Here’s some technical details about my host and the container:
$ incus version
Client version: 6.0.1
Server version: 6.0.1
$ incus config show container-js-dev
architecture: x86_64
config:
boot.autostart: "true"
cloud-init.user-data: |
[**** omitted ****]
image.architecture: amd64
image.description: Ubuntu oracular amd64 (20241124_07:42)
image.os: Ubuntu
image.release: oracular
image.serial: "20241124_07:42"
image.type: squashfs
image.variant: cloud
limits.cpu: "2"
limits.memory: 2GiB
raw.idmap: both 40001 40001
volatile.base_image: 64b3c49eae9b7874467871efbbe6541fbf9a8801925a0ec15f1370794ec16011
volatile.bridge-nic.host_name: vethec4ba243
volatile.bridge-nic.hwaddr: 00:16:3e:06:c8:3b
volatile.bridge-nic.name: eth0
volatile.cloud-init.instance-id: 83fbbb47-b286-4426-b934-2feba2505f83
volatile.idmap.base: "0"
volatile.idmap.current: '[{"Isuid":true,"Isgid":false,"Hostid":1000000,"Nsid":0,"Maprange":40001},{"Isuid":true,"Isgid":true,"Hostid":40001,"Nsid":40001,"Maprange":1},{"Isuid":true,"Isgid":false,"Hostid":1040002,"Nsid":40002,"Maprange":999959998},{"Isuid":false,"Isgid":true,"Hostid":1000000,"Nsid":0,"Maprange":40001},{"Isuid":false,"Isgid":true,"Hostid":1040002,"Nsid":40002,"Maprange":999959998}]'
volatile.idmap.next: '[{"Isuid":true,"Isgid":false,"Hostid":1000000,"Nsid":0,"Maprange":40001},{"Isuid":true,"Isgid":true,"Hostid":40001,"Nsid":40001,"Maprange":1},{"Isuid":true,"Isgid":false,"Hostid":1040002,"Nsid":40002,"Maprange":999959998},{"Isuid":false,"Isgid":true,"Hostid":1000000,"Nsid":0,"Maprange":40001},{"Isuid":false,"Isgid":true,"Hostid":1040002,"Nsid":40002,"Maprange":999959998}]'
volatile.last_state.idmap: '[]'
volatile.last_state.power: RUNNING
volatile.last_state.ready: "false"
volatile.uuid: 1d75ac8e-4830-4012-8d8e-851962c72df7
volatile.uuid.generation: 1d75ac8e-4830-4012-8d8e-851962c72df7
devices:
bridge-nic:
ipv4.address: 192.168.66.34
network: incusbr0
type: nic
disk-0:
path: /mnt/meeque/dev/web/xss-demo-app
shift: "false"
source: /home/michael/Programmierung/web/xss-demo-app
type: disk
ephemeral: false
profiles:
- default
stateful: false
description: ""
$ incus project show user-40001
config:
features.images: "true"
features.networks: "false"
features.networks.zones: "true"
features.profiles: "true"
features.storage.buckets: "true"
features.storage.volumes: "false"
restricted: "true"
restricted.containers.nesting: block
restricted.devices.disk: allow
restricted.devices.disk.paths: /home/michael/,/tmp/.X11-unix/
restricted.devices.gpu: allow
restricted.devices.nic: allow
restricted.devices.proxy: allow
restricted.idmap.gid: "40001"
restricted.idmap.uid: "40001"
restricted.networks.access: incusbr0,incusbr-40001
user.mq_config_hash: 3997d7e1f0e0f314feec84c2dccdec9c48c42b57
description: ""
name: user-40001
used_by:
- [**** omitted ****]
- /1.0/instances/container-js-dev?project=user-40001
- [**** omitted ****]
- /1.0/profiles/default?project=user-40001
Fyi, 40001 (not 1000) is my uid/gid (for user michael), both on the host and inside the container.

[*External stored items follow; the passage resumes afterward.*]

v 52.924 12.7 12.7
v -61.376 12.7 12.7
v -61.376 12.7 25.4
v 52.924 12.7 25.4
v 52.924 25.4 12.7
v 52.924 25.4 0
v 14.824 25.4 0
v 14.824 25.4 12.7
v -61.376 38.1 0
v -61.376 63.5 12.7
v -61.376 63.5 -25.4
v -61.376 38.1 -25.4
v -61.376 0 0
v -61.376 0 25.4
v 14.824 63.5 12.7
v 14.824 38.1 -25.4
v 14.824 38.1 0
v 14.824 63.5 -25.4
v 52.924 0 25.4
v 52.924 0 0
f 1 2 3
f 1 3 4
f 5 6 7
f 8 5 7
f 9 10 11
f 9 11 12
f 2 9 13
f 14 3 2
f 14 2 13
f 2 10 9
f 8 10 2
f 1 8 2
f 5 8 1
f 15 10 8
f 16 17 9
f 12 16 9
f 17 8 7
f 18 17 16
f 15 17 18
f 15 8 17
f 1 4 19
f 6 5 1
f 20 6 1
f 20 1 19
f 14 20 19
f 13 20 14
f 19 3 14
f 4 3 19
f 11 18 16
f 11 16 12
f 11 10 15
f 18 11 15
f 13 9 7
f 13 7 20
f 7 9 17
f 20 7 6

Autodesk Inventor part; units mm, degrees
ref_plane "YZ Plane" through (0, 0, 0) normal (1, 0, 0) x (0, 1, 0)
ref_plane "XZ Plane" through (0, 0, 0) normal (0, 1, 0) x (-1, 0, 0)
ref_plane "XY Plane" through (0, 0, 0) normal (0, 0, 1) x (1, 0, 0)
sketch "Sketch1" plane through (0, 0, 0) normal (0, 0, 1) x (1, 0, 0)
  line L0 (-61.3765, 63.5) -> (14.8235, 63.5)
  line L1 (52.9235, 25.4) -> (52.9235, 0)
  line L2 (52.9235, 0) -> (-61.3765, 0)
  line L3 (-61.3765, 0) -> (-61.3765, 63.5)
  line L4 (52.9235, 25.4) -> (14.8235, 25.4)
  line L5 (14.8235, 25.4) -> (14.8235, 63.5)
  point P0 (0, 0)
  dimension "d0" = 38.1
  dimension "d1" = 76.2
  dimension "d2" = 38.1
  dimension "d3" = 114.3
  dimension "d4" = 63.5
  dimension "d5" = 25.4
extrude "Extrusion1" add sketch "Sketch1" along normal blind 12.7
sketch "Sketch2" plane through (0, 0, 12.7) normal (0, 0, 1) x (1, 0, 0)
  line L0 (-61.3765, 0) -> (52.9235, 0) projected
  line L1 (-61.3765, 63.5) -> (-61.3765, 0) projected
  line L2 (52.9235, 0) -> (-61.3765, 0)
  line L3 (-61.3765, 0) -> (-61.3765, 12.7)
  line L4 (-61.3765, 12.7) -> (52.9235, 12.7)
  line L5 (52.9235, 12.7) -> (52.9235, 0)
  point P0 (0, 0)
  dimension "d8" = 12.7
extrude "Extrusion2" add sketch "Sketch2" along normal blind 12.7
sketch "Sketch3" plane through (0, 0, 0) normal (0, 0, -1) x (-1, 0, 0)
  line L0 (61.3765, 63.5) -> (61.3765, 12.7) projected
  line L1 (-14.8235, 25.4) -> (-14.8235, 63.5) projected
  line L2 (61.3765, 63.5) -> (-14.8235, 63.5)
  line L3 (-14.8235, 63.5) -> (-14.8235, 38.1)
  line L4 (-14.8235, 38.1) -> (61.3765, 38.1)
  line L5 (61.3765, 38.1) -> (61.3765, 63.5)
  point P0 (0, 0)
  dimension "d11" = 25.4
extrude "Extrusion3" add sketch "Sketch3" along normal blind 25.4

Here’s additional info from inside the container:
$ ls -la /dev/pts/
total 0
drwxr-xr-x 2 root root 0 Jan 20 21:23 .
drwxr-xr-x 8 root root 500 Jan 20 21:23 ..
crw--w---- 1 root tty 136, 0 Jan 20 21:23 0
crw--w---- 1 michael tty 136, 2 Jan 26 22:01 2
crw-rw-rw- 1 root root 5, 2 Jan 26 22:01 ptmx
$ mount | grep /dev/pts
devpts on /dev/pts type devpts (rw,nosuid,noexec,relatime,gid=1000005,mode=620,ptmxmode=666,max=1024)

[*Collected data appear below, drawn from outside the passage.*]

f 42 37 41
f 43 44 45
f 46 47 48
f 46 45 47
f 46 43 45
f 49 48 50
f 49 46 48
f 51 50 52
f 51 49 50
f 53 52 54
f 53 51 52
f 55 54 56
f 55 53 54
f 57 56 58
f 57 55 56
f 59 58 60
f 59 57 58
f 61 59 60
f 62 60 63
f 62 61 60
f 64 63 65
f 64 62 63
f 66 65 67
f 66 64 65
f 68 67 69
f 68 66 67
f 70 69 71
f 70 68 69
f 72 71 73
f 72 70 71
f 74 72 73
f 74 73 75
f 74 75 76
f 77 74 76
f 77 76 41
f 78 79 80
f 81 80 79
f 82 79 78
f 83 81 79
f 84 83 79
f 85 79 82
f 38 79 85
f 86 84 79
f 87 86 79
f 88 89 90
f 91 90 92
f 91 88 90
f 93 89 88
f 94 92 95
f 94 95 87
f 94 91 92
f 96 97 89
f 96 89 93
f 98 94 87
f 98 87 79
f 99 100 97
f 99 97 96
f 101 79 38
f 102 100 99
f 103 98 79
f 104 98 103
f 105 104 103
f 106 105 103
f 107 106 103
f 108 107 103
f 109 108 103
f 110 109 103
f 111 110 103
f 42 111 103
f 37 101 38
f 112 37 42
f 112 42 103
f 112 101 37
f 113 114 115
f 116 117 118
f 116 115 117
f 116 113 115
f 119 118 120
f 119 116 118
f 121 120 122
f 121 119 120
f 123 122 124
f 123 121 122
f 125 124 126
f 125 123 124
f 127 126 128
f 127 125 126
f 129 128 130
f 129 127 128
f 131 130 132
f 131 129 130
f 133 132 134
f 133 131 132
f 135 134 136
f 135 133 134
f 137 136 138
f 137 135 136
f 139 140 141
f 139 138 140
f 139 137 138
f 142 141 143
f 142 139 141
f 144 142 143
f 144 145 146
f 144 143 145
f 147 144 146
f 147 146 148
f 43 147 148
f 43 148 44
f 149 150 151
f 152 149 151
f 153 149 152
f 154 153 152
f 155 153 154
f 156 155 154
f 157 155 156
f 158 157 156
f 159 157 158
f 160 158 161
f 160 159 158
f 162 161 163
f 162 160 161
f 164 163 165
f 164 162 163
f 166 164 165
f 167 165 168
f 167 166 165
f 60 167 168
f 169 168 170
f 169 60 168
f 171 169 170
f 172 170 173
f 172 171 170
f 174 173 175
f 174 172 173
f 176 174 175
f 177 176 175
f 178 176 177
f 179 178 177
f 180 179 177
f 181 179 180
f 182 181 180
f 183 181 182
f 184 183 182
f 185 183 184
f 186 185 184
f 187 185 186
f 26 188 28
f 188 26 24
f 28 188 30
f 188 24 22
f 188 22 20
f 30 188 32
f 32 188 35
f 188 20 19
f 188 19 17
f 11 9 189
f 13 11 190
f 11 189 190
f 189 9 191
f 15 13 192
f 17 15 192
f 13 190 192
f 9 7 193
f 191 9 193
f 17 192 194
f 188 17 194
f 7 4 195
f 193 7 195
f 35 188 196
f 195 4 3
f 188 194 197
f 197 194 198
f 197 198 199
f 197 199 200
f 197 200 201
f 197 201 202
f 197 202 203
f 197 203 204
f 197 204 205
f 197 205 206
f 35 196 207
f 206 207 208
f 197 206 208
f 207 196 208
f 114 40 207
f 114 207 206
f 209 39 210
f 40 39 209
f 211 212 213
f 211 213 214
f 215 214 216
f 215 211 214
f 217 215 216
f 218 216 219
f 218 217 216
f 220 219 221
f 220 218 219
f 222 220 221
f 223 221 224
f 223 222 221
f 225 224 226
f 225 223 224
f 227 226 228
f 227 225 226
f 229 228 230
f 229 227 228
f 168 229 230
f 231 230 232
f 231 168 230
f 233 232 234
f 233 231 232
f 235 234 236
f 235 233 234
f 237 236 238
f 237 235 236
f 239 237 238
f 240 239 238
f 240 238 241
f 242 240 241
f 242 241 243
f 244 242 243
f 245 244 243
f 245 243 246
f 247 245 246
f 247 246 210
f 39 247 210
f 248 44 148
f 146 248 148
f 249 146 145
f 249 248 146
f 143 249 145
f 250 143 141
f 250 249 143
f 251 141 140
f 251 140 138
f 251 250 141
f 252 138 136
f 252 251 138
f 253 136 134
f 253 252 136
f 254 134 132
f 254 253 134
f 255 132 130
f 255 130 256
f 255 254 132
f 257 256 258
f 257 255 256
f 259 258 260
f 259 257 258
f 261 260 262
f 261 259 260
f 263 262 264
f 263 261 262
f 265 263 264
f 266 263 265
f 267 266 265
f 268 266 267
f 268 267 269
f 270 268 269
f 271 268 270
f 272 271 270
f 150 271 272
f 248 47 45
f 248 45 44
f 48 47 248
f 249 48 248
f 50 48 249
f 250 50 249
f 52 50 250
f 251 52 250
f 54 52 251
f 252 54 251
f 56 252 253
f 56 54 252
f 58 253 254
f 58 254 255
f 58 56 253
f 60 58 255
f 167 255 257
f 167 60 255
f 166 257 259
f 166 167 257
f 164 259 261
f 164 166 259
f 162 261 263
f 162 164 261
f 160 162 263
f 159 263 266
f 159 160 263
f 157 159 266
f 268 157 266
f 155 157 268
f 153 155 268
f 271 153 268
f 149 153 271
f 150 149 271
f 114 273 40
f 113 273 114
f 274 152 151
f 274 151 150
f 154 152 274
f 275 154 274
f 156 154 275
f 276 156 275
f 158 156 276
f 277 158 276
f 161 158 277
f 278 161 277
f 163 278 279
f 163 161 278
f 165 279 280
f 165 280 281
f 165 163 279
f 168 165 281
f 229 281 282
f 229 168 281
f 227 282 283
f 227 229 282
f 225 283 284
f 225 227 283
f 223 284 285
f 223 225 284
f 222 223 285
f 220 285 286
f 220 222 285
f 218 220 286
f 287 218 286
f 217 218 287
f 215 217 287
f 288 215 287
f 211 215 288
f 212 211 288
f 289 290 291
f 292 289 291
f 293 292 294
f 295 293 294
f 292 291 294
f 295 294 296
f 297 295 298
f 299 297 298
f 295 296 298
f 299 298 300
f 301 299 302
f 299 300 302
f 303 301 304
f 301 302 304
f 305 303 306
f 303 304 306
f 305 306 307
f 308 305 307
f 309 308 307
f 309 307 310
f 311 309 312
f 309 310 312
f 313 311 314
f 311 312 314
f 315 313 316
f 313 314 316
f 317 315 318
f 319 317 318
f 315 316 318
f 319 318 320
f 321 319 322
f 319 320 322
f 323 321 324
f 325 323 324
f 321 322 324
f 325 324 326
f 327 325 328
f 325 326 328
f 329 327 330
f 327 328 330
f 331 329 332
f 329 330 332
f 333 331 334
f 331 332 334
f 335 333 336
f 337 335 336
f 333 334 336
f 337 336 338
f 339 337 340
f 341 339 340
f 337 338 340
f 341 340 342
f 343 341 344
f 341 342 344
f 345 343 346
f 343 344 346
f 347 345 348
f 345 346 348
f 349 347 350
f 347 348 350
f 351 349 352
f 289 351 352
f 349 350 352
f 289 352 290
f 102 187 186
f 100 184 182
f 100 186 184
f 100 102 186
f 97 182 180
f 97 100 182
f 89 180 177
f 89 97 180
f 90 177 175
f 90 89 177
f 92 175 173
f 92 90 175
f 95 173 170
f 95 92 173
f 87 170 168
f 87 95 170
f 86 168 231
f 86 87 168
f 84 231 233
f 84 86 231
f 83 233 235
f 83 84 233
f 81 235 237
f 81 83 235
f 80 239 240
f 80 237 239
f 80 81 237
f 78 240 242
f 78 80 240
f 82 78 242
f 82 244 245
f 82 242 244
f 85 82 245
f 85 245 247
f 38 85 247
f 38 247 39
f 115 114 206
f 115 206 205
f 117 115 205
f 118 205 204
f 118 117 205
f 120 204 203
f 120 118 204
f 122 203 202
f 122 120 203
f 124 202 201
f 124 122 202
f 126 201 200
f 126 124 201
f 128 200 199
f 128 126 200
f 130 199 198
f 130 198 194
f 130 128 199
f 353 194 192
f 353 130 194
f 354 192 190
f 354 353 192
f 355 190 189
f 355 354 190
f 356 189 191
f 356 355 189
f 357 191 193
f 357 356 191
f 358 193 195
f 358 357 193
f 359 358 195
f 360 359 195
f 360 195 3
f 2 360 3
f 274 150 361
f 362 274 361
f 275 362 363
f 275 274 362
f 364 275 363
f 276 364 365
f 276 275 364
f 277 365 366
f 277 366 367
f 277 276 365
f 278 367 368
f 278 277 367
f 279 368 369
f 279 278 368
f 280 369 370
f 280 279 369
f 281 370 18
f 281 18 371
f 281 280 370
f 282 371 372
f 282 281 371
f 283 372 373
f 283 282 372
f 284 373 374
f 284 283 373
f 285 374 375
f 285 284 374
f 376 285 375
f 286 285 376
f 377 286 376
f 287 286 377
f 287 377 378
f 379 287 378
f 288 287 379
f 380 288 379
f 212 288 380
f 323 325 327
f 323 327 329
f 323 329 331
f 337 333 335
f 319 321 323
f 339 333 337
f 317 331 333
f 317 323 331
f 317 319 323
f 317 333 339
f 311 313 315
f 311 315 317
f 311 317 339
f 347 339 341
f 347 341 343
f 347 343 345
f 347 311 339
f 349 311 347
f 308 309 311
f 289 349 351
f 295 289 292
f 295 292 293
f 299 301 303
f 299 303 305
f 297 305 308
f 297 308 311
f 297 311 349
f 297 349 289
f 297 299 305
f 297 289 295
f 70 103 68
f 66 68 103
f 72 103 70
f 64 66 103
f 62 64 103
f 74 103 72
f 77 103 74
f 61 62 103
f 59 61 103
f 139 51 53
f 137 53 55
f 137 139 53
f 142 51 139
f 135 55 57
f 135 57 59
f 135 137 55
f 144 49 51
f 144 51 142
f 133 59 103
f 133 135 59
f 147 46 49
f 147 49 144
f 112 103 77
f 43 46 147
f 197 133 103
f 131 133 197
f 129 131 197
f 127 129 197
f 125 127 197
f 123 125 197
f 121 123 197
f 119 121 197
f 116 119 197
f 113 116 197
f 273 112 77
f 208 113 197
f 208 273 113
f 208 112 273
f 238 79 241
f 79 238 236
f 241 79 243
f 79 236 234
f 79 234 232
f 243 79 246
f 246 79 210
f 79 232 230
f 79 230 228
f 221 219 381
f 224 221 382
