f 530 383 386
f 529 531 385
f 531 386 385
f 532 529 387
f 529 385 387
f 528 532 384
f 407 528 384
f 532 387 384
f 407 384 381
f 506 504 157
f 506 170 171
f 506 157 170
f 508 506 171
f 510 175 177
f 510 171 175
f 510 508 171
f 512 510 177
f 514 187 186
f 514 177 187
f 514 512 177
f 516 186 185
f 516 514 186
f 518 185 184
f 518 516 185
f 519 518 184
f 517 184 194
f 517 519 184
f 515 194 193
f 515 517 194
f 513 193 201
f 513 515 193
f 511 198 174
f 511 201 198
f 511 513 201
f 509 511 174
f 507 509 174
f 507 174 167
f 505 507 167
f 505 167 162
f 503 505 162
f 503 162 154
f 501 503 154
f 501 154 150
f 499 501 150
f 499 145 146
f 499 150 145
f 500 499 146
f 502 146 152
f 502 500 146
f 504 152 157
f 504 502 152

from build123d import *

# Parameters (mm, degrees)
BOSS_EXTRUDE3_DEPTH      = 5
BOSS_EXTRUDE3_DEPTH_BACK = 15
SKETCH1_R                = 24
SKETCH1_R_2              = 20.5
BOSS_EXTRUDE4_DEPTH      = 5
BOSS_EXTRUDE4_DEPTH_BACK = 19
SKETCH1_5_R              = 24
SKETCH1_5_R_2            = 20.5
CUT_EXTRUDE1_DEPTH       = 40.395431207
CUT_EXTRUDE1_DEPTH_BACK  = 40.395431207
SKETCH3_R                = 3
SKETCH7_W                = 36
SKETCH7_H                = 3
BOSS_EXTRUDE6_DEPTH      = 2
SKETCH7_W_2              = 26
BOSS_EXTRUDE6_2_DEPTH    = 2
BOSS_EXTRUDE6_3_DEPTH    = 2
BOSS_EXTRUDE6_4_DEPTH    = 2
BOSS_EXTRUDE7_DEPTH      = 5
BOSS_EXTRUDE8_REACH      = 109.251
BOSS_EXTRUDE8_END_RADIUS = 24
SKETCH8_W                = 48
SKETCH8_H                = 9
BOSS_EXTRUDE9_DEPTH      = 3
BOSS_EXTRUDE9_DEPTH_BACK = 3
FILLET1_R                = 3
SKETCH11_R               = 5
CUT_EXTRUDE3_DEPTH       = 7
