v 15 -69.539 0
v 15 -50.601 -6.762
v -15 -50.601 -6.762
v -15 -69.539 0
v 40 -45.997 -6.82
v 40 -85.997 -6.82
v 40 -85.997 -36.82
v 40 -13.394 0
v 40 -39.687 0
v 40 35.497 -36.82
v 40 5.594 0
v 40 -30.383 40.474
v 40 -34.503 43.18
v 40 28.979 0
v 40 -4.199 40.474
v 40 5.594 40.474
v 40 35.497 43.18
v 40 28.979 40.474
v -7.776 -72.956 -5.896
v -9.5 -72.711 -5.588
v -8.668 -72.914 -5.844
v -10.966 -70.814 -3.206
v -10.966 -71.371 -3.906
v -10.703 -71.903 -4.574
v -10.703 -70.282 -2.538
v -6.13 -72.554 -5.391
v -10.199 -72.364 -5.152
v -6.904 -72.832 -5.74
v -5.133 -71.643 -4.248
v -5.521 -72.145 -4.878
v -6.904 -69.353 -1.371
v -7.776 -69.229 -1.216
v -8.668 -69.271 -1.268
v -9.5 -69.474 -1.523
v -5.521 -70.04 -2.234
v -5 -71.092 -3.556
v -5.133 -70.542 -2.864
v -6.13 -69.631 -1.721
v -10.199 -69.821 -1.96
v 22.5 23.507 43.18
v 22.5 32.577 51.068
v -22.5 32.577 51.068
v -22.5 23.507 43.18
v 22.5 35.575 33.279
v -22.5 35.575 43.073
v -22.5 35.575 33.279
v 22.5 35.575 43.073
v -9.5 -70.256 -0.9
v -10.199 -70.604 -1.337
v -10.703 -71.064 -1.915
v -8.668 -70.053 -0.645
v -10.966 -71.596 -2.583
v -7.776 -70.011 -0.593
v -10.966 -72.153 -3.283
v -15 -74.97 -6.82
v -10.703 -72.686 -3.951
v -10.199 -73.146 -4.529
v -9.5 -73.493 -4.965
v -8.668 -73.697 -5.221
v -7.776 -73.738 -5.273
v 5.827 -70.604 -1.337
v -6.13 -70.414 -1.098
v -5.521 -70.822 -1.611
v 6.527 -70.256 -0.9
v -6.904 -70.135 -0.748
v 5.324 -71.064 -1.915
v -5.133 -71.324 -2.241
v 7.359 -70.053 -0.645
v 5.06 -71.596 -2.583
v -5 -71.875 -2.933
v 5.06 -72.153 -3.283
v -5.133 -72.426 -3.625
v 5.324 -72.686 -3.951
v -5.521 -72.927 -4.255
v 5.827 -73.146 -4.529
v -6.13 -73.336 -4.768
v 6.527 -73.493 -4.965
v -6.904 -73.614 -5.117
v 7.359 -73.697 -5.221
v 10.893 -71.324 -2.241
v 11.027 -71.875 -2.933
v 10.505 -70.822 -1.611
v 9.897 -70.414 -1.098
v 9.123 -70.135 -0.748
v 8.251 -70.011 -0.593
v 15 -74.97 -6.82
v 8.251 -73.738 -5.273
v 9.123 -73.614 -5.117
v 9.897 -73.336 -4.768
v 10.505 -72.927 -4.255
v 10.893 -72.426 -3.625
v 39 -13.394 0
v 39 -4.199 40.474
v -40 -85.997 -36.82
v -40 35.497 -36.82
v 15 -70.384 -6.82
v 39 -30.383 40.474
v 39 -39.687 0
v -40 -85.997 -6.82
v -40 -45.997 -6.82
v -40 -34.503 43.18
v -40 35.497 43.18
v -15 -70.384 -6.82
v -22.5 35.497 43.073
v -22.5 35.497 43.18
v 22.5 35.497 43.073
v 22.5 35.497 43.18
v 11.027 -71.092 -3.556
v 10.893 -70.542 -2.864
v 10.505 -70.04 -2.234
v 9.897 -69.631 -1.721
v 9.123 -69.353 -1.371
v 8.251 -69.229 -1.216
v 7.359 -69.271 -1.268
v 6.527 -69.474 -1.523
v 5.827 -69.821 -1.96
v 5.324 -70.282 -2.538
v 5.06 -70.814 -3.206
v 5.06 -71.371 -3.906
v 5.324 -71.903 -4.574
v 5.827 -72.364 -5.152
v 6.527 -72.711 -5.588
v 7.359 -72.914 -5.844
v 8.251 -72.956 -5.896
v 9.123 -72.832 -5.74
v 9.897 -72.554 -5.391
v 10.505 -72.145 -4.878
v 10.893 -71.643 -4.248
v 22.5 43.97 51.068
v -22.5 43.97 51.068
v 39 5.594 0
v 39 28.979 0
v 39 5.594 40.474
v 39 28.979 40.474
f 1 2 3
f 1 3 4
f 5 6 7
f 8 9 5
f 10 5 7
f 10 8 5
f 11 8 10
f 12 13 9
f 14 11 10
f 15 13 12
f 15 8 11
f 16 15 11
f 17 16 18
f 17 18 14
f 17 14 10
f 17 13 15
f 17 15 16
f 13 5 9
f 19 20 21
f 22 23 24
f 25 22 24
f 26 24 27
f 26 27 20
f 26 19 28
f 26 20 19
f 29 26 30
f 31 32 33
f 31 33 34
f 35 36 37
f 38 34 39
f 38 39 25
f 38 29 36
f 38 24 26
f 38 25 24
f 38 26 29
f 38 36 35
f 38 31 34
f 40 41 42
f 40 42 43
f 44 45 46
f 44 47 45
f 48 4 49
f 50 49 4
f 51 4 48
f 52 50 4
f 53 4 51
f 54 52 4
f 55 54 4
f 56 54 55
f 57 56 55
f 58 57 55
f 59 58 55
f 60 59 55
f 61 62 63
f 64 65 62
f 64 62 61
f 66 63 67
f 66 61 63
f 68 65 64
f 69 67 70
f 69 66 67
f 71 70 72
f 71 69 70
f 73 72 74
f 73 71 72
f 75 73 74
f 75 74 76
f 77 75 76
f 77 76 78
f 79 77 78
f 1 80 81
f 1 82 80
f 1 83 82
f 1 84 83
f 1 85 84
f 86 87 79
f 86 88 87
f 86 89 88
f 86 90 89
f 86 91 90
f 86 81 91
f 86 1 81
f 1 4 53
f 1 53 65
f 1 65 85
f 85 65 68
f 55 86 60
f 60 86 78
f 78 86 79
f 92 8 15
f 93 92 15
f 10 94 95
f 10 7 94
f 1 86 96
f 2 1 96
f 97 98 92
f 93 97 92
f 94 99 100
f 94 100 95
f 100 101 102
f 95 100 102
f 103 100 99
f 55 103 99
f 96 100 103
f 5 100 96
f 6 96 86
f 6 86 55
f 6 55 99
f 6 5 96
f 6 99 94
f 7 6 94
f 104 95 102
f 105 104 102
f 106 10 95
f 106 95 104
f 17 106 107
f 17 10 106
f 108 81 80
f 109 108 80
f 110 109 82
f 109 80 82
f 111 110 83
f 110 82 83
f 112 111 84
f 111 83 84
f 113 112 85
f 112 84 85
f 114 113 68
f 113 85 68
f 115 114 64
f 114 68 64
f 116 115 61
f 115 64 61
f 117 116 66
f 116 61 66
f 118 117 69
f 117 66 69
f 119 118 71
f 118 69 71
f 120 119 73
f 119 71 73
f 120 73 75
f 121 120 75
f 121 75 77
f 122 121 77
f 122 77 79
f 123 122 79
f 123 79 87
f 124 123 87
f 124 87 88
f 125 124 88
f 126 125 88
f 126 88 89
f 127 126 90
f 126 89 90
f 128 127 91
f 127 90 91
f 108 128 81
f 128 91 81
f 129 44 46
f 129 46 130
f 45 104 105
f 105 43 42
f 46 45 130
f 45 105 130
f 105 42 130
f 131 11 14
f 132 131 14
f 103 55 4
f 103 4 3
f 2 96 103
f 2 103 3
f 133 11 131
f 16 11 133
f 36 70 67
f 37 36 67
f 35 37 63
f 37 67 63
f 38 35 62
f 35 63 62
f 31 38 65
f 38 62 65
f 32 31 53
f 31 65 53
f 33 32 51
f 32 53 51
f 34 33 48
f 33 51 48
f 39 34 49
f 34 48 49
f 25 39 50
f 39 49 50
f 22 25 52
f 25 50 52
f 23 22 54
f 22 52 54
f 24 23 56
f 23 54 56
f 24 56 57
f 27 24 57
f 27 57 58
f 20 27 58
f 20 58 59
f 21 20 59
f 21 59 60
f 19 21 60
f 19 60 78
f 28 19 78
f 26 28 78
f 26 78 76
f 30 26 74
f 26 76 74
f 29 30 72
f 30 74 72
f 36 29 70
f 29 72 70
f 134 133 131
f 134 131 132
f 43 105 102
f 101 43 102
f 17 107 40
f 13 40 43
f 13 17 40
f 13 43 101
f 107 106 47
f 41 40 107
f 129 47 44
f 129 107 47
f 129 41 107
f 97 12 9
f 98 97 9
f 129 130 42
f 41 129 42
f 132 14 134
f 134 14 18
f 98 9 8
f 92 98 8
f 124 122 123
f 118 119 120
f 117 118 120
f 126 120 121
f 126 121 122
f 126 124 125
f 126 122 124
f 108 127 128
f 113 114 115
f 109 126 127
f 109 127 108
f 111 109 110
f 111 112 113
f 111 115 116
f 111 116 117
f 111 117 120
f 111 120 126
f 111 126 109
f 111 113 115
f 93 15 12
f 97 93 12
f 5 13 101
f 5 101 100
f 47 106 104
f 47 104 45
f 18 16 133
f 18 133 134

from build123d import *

# Parameters (mm, degrees)
F1_DEPTH = 40
F3_DEPTH = 22.5
F5_DEPTH = 15
F6_R     = 3
F7_DEPTH = 1
F8_W     = 23.385154
F8_H     = 40.474307
F9_DEPTH = 1


with BuildPart() as f1:
    # F0 (on Right) → F1 (new body, symmetric)
    with BuildSketch(Plane.YZ):
        Polygon((35.49702, 43.180404), (-34.50298, 43.180404), (-45.997234, -6.819596), (-85.997234, -6.819596), (-85.997234, -36.819596), (35.49702, -36.819596), align=None)
    extrude(amount=F1_DEPTH, both=True)

    # F2 (on Right) → F3 (join, symmetric)
    with BuildSketch(Plane.YZ):
        Polygon((35.575308, 43.072656), (35.575308, 33.278871), (43.969978, 51.067576), (32.577209, 51.067576), (23.383051, 43.072656), align=None)
    extrude(amount=F3_DEPTH, both=True)

    # F4 (on Right) → F5 (join, symmetric)
    with BuildSketch(Plane.YZ):
        Polygon((-74.98049, -6.83292), (-50.600782, -6.762254), (-69.539219, 0), align=None)
    extrude(amount=F5_DEPTH, both=True)

    # F6 (on face) → F7 (cut)
    with BuildSketch(Plane(origin=(0, -42.553907, 33.887025), x_dir=(1, 0, 0), z_dir=(0, -0.782267, 0.622944))):
        with Locations((-8, -47.068199)):
            Circle(F6_R)
        with Locations((8.026602, -47.068199)):
            Circle(F6_R)
    extrude(amount=-F7_DEPTH, mode=Mode.SUBTRACT)

    # F8 (on face) → F9 (cut)
    with BuildSketch(Plane.YZ.offset(40)):
        Polygon((-4.19944, 40.474307), (-30.382816, 40.474307), (-39.687255, 0), (-13.393601, 0), align=None)
        with Locations((17.28692, 20.237153)):
            Rectangle(F8_W, F8_H)
    extrude(amount=-F9_DEPTH, mode=Mode.SUBTRACT)


solid = f1.part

Does not look suspicious to me. Any idea how to fix this or investigate further?
I know, I should try with latest Incus version instead, but I’d need some time to set that up. I can also try a different approach to install Chromium/Chrome in the container… but I’d still like to know why I’m running into this error?